EXERCISE GOAL: Copy word for word, please, the lines of the entries below running from the one containing "extrude(amount=F1_DEPTH)" to the one containing "A parametric FreeCAD", both ends included.

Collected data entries
........

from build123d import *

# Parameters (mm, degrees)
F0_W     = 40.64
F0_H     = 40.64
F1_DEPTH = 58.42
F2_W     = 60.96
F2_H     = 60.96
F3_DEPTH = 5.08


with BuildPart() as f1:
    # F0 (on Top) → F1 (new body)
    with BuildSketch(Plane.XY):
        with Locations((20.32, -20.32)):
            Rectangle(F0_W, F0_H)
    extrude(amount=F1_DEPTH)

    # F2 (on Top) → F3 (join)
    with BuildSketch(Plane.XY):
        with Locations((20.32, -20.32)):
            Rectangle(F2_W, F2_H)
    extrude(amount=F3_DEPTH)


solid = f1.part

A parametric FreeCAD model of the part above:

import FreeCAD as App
import Part
import Sketcher
from FreeCAD import Vector
Q = App.Units.Quantity

doc = App.newDocument("Part")
body = doc.addObject("PartDesign::Body", "Body")

# Sketch on XY plane
sketch1 = body.newObject("Sketcher::SketchObject", "Sketch")
sketch1.AttachmentSupport = (doc.getObject("XY_Plane"), [""])
sketch1.MapMode = "FlatFace"
sketch1.addGeometry([
    Part.LineSegment(Vector(0, 0, 0), Vector(0, -41, 0)),
    Part.LineSegment(Vector(0, -41, 0), Vector(41, -41, 0)),
    Part.LineSegment(Vector(41, -41, 0), Vector(41, 0, 0)),
    Part.LineSegment(Vector(41, 0, 0), Vector(0, 0, 0)),
], False)
sketch1.addConstraint([
    Sketcher.Constraint("Coincident", 0, 2, 1, 1),
    Sketcher.Constraint("Coincident", 1, 2, 2, 1),
    Sketcher.Constraint("Coincident", 2, 2, 3, 1),
    Sketcher.Constraint("Coincident", 3, 2, 0, 1),
    Sketcher.Constraint("Vertical", 0),
    Sketcher.Constraint("Horizontal", 1),
    Sketcher.Constraint("Vertical", 2),
    Sketcher.Constraint("Horizontal", 3),
    Sketcher.Constraint("Coincident", 3, 2, -1, 1),
    Sketcher.Constraint("Equal", 3, 0),
    Sketcher.Constraint("DistanceX", 1, 1, 1, 2, Q("1.6 in")),
])
pad1 = body.newObject("PartDesign::Pad", "Pad")
pad1.Profile = sketch1
pad1.Length = Q("2.3 in")

# Sketch on XY plane
sketch2 = body.newObject("Sketcher::SketchObject", "Sketch001")
sketch2.AttachmentSupport = (doc.getObject("XY_Plane"), [""])
sketch2.MapMode = "FlatFace"
sketch2.addGeometry([
    Part.LineSegment(Vector(-10, 10, 0), Vector(-10, -51, 0)),
    Part.LineSegment(Vector(-10, -51, 0), Vector(51, -51, 0)),
    Part.LineSegment(Vector(51, -51, 0), Vector(51, 10, 0)),
    Part.LineSegment(Vector(51, 10, 0), Vector(-10, 10, 0)),
], False)
sketch2.addConstraint([
    Sketcher.Constraint("Coincident", 0, 2, 1, 1),
    Sketcher.Constraint("Coincident", 1, 2, 2, 1),
    Sketcher.Constraint("Coincident", 2, 2, 3, 1),
    Sketcher.Constraint("Coincident", 3, 2, 0, 1),
    Sketcher.Constraint("Vertical", 0),
    Sketcher.Constraint("Horizontal", 1),
    Sketcher.Constraint("Vertical", 2),
    Sketcher.Constraint("Horizontal", 3),
    Sketcher.Constraint("Equal", 3, 0),
    Sketcher.Constraint("DistanceX", 1, 1, 1, 2, Q("2.4 in")),
    Sketcher.Constraint("DistanceY", 0, 2, -1, 1, Q("2 in")),
    Sketcher.Constraint("DistanceX", -1, 1, 1, 2, Q("2 in")),
])
pad2 = body.newObject("PartDesign::Pad", "Pad001")
pad2.Profile = sketch2
pad2.Length = Q("0.2 in")

doc.recompute()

........

REPLY:
    extrude(amount=F1_DEPTH)

    # F2 (on Top) → F3 (join)
    with BuildSketch(Plane.XY):
        with Locations((20.32, -20.32)):
            Rectangle(F2_W, F2_H)
    extrude(amount=F3_DEPTH)


solid = f1.part

A parametric FreeCAD model of the part above:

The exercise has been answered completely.